DATA EXTRACTS Start Marker
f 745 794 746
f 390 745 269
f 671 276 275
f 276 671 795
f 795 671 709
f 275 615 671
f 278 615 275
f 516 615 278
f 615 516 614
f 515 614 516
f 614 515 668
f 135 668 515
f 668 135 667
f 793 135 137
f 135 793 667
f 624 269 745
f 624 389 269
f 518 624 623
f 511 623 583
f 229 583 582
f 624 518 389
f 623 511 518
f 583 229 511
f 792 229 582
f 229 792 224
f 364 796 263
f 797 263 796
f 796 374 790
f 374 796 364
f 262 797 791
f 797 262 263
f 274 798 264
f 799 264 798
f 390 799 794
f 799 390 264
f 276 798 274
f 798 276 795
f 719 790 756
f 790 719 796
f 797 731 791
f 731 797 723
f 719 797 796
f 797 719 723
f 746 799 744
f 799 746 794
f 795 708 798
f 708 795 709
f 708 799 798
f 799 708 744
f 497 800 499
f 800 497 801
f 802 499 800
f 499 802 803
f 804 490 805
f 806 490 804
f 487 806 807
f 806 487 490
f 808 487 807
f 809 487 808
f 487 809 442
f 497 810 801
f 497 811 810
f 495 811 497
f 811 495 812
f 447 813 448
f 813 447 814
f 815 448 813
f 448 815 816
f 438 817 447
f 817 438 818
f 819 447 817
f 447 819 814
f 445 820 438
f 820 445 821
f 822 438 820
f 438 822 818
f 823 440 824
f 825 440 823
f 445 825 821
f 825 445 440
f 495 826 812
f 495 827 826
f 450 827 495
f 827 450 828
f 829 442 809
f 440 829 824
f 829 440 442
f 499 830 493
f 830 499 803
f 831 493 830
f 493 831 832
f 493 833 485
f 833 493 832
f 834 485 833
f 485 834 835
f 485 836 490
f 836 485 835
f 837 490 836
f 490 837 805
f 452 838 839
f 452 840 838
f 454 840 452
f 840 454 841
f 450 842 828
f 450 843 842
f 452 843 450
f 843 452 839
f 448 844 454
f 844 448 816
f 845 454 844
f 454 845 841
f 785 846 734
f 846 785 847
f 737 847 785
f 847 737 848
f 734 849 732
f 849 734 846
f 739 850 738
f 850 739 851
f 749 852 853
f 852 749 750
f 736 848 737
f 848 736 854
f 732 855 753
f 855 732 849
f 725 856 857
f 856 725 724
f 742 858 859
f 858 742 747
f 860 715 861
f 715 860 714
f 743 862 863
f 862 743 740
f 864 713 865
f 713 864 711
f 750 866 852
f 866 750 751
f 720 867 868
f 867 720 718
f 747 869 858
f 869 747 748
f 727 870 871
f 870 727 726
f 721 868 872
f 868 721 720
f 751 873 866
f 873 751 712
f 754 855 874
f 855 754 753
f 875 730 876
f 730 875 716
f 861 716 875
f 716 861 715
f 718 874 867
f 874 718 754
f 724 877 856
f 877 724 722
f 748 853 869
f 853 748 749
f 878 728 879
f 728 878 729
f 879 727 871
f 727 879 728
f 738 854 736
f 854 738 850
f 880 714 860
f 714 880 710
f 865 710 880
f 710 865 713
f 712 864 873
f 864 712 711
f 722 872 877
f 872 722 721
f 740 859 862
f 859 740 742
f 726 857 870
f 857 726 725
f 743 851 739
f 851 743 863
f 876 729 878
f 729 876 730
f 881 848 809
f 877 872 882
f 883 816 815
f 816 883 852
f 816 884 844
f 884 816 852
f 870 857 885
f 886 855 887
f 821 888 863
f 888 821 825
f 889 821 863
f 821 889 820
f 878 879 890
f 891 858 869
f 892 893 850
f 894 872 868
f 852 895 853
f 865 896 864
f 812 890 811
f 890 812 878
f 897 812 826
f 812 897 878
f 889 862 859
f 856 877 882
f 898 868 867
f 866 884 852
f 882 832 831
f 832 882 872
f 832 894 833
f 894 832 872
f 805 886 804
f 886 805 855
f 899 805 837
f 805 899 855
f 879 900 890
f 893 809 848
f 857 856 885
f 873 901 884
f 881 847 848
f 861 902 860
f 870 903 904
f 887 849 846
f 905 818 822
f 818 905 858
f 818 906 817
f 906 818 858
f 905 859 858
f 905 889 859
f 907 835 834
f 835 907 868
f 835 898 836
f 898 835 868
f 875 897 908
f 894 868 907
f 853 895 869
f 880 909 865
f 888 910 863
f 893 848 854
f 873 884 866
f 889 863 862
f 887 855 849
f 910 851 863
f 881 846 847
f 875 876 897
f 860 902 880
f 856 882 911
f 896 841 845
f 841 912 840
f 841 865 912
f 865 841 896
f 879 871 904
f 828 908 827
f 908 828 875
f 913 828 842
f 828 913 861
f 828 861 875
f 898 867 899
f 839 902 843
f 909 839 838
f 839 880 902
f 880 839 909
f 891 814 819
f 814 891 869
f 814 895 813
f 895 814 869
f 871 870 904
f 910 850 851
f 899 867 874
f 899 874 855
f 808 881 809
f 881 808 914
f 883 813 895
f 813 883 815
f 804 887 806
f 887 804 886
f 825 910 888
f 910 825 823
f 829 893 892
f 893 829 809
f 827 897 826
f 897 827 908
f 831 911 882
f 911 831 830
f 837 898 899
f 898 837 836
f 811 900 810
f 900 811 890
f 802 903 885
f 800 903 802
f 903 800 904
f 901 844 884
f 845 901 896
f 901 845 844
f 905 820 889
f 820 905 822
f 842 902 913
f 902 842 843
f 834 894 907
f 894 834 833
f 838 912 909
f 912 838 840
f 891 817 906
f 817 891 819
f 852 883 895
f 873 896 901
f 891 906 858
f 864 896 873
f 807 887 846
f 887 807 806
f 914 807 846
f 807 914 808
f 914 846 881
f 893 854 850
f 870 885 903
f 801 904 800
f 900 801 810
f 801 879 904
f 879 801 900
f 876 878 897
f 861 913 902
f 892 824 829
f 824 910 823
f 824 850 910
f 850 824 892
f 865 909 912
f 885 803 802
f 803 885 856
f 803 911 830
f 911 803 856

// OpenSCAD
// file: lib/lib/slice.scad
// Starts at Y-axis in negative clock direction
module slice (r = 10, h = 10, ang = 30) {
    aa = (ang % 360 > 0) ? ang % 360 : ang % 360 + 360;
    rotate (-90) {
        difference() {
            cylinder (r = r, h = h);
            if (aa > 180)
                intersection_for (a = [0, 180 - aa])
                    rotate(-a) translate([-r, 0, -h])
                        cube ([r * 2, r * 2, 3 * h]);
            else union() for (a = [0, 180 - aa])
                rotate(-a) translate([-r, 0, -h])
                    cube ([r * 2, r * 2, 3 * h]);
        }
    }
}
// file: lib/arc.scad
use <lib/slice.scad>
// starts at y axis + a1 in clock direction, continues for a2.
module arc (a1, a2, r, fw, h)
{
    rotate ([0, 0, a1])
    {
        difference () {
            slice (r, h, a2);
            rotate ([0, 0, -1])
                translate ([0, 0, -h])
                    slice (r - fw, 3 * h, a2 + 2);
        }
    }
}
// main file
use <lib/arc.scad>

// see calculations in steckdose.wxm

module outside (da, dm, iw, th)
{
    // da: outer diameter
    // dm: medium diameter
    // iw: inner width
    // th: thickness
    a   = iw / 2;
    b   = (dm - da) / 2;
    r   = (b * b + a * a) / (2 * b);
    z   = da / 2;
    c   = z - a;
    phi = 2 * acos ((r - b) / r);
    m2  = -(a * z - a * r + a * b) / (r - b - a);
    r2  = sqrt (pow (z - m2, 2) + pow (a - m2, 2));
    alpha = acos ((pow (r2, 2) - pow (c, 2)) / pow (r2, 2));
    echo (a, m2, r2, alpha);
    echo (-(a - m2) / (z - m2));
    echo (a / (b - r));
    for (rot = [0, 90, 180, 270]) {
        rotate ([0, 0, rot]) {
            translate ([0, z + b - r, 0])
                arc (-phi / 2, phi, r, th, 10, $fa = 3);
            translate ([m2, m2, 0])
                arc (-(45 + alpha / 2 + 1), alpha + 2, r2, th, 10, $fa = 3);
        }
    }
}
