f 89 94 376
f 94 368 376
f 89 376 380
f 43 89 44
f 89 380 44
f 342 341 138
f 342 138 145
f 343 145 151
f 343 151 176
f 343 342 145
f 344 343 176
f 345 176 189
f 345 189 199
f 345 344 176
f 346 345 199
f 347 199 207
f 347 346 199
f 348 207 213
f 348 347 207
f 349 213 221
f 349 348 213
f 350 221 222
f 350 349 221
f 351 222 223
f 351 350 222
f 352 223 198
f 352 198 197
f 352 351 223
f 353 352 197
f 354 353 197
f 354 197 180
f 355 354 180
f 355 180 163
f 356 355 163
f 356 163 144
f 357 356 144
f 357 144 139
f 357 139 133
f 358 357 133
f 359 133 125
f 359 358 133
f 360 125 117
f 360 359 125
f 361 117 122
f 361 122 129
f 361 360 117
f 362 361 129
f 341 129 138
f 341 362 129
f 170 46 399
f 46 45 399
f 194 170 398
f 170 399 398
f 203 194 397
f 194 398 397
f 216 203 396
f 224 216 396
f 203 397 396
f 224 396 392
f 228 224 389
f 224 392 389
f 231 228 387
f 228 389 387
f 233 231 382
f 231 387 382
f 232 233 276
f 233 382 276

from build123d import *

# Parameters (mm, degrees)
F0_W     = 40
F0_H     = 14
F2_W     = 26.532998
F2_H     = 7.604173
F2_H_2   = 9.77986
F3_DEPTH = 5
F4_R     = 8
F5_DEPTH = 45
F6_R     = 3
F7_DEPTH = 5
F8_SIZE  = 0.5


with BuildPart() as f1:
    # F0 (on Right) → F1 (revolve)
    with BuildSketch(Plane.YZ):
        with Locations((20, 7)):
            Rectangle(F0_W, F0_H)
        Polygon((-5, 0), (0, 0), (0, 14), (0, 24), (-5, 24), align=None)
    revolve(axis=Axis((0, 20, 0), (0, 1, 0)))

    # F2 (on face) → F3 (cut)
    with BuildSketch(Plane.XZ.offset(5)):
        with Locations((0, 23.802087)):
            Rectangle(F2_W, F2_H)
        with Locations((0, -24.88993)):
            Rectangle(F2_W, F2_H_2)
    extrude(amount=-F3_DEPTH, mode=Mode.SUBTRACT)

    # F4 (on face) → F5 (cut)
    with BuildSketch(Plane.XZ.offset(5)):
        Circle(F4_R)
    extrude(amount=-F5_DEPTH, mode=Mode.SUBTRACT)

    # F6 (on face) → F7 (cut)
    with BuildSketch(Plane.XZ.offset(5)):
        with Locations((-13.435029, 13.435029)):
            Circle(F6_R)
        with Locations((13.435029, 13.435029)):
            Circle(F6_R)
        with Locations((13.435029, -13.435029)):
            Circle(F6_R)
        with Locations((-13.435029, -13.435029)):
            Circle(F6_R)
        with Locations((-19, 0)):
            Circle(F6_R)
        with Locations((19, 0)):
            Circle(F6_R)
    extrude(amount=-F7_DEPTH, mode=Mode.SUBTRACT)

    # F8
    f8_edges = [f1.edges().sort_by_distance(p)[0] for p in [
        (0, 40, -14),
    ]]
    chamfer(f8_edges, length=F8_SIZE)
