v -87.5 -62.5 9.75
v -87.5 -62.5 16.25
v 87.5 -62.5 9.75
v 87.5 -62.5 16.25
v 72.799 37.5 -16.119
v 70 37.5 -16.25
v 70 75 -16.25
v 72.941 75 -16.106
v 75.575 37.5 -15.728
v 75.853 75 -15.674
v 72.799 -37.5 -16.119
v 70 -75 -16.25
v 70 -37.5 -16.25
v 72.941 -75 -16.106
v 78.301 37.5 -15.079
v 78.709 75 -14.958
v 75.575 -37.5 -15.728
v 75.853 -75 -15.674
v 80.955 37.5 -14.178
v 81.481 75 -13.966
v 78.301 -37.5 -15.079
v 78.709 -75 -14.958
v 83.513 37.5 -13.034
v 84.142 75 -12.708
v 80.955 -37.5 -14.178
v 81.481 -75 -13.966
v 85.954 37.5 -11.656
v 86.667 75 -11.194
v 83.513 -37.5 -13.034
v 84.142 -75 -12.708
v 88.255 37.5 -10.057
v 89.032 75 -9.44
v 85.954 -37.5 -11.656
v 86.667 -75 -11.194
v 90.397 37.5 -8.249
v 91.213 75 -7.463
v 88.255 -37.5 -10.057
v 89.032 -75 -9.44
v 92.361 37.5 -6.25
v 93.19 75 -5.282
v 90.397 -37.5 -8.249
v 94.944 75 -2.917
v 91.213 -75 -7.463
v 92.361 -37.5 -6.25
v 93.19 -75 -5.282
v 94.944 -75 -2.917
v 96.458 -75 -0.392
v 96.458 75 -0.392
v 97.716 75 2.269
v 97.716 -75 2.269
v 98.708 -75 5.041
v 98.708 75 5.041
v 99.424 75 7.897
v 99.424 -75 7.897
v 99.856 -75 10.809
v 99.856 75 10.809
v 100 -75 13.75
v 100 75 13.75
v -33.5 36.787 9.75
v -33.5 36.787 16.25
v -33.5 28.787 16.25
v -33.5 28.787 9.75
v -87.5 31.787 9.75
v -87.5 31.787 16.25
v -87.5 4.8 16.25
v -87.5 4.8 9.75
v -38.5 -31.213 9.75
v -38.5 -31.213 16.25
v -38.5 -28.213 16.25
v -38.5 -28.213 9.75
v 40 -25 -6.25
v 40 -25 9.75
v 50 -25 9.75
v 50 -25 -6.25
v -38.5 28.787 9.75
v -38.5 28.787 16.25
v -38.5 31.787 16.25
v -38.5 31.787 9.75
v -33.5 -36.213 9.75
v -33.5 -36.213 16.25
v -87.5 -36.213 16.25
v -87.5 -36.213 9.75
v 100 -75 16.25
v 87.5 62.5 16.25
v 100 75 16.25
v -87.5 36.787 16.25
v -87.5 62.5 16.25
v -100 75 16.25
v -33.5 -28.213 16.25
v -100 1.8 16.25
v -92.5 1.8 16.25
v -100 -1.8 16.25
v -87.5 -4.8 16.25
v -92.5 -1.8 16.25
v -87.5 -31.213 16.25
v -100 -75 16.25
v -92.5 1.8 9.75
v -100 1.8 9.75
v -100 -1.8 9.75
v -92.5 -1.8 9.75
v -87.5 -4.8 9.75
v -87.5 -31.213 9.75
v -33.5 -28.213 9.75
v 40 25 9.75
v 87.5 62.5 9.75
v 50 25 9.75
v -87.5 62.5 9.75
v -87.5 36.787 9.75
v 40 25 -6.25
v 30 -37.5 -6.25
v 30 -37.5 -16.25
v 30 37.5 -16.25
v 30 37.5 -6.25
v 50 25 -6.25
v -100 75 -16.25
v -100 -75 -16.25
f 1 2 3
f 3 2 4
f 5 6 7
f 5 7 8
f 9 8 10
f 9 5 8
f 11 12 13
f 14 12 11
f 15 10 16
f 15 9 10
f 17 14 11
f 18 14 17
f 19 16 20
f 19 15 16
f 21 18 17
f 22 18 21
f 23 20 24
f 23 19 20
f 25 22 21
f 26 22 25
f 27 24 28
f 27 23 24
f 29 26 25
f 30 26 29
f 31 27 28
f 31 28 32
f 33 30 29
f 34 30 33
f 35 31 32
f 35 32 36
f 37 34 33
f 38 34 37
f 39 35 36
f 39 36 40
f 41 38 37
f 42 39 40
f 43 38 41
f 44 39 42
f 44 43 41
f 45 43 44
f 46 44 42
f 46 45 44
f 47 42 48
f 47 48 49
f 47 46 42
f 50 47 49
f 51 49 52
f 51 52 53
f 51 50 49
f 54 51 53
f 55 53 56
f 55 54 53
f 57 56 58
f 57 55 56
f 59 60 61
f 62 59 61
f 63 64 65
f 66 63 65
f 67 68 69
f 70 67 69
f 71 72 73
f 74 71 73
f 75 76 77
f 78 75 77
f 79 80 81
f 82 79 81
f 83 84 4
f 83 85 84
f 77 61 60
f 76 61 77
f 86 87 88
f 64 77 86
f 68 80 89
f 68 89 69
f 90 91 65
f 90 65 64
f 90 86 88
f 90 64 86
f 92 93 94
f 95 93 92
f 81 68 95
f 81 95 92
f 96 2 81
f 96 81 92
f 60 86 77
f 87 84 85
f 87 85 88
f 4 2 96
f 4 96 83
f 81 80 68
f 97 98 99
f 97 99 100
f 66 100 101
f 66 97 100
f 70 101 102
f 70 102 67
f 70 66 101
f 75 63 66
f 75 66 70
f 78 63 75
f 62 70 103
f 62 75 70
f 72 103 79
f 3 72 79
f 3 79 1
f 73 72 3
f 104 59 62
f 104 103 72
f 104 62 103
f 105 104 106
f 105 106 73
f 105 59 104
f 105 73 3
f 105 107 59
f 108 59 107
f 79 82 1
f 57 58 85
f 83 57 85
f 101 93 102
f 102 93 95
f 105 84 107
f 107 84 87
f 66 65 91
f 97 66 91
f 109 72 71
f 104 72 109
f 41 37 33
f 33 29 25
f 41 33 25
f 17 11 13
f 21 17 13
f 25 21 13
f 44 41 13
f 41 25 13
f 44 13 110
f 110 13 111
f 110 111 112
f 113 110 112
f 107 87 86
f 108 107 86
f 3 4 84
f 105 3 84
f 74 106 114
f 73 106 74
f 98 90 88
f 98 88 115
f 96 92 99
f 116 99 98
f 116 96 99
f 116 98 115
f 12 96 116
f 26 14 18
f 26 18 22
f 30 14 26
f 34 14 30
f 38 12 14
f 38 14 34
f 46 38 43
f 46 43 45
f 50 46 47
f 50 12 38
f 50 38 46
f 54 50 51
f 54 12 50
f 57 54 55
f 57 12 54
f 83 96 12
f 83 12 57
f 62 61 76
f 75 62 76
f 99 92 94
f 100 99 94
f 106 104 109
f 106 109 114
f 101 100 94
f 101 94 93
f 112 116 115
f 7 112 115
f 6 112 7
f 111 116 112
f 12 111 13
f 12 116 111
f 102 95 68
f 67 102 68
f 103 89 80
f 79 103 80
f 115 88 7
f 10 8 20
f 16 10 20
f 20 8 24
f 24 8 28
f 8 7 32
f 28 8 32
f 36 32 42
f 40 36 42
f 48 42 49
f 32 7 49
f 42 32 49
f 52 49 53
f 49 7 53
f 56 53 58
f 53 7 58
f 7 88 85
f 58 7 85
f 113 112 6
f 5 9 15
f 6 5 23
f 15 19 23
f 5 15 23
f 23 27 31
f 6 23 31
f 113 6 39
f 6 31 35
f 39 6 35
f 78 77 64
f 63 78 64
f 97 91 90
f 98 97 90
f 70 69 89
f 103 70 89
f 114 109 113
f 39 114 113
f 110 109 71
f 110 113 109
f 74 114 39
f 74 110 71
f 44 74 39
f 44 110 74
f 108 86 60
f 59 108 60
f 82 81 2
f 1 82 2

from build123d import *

# Parameters (mm, degrees)
F1_DEPTH = 75
F2_W     = 10
F2_H     = 12.5
F3_DEPTH = 6.5
F4_DEPTH = 9000
F5_W     = 30
F5_H     = 75
F5_W_2   = 10
F5_H_2   = 50
F6_DEPTH = 10


with BuildPart() as f1:
    # F0 (on Front) → F1 (new body, symmetric)
    with BuildSketch(Plane.XZ):
        with BuildLine():
            Line((100, 13.75), (100, 16.25))
            Line((100, 16.25), (-100, 16.25))
            Line((-100, 16.25), (-100, -16.25))
            Line((-100, -16.25), (70, -16.25))
            ThreePointArc((70, -16.25), (91.2132034356, -7.4632034356), (100, 13.75))
        make_face()
    extrude(amount=F1_DEPTH, both=True)

    # F2 (on face) → F3 (cut)
    with BuildSketch(Plane.XY.offset(16.25)):
        Polygon((87.5, -62.5), (87.5, 62.5), (-87.5, 62.5), (-87.5, 36.7867040902), (-41, 36.7867040902), (-33.5, 36.7867040902), (-33.5, 28.7867040902), (-38.5, 28.7867040902), (-38.5, 31.7867040902), (-46, 31.7867040902), (-87.5, 31.7867040902), (-87.5, 4.8), (-92.5, 1.8), (-100, 1.8), (-100, -1.8), (-92.5, -1.8), (-87.5, -4.8), (-87.5, -31.2132959098), (-38.5, -31.2132959098), (-38.5, -28.2132959098), (-33.5, -28.2132959098), (-33.5, -36.2132959098), (-41, -36.2132959098), (-46, -36.2132959098), (-87.5, -36.2132959098), (-87.5, -62.5), (-77.5, -62.5), align=None)
        Polygon((40, -25), (40, 0), (40, 25), (40, 37.5), (50, 37.5), (50, 25), (50, -25), (50, -37.5), (40, -37.5), align=None, mode=Mode.SUBTRACT)
        with Locations((45, 31.25)):
            Rectangle(F2_W, F2_H)
        with Locations((45, -31.25)):
            Rectangle(F2_W, F2_H)
    extrude(amount=-F3_DEPTH, mode=Mode.SUBTRACT)

    # F4 (cut): a face of the model
    f4_faces = [f1.faces().sort_by_distance(p)[0] for p in [
        (45, 0, 16.25),
    ]]
    extrude(f4_faces, amount=-F4_DEPTH, mode=Mode.SUBTRACT)

    # F5 (on face) → F6 (cut)
    with BuildSketch(Plane(origin=(0, 0, -16.25), x_dir=(1, 0, 0), z_dir=(0, 0, -1))):
        with Locations((85, 0)):
            Rectangle(F5_W, F5_H)
        Polygon((30, 37.5), (30, 0), (30, -37.5), (70, -37.5), (70, 37.5), align=None)
        with Locations((45, 0)):
            Rectangle(F5_W_2, F5_H_2, mode=Mode.SUBTRACT)
    extrude(amount=-F6_DEPTH, mode=Mode.SUBTRACT)


solid = f1.part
DATA EXTRACTS End Marker
> WHAT YOU WILL DO: Please give the count of lines above with "acos", nothing else.

> OUTPUT BELOW: 2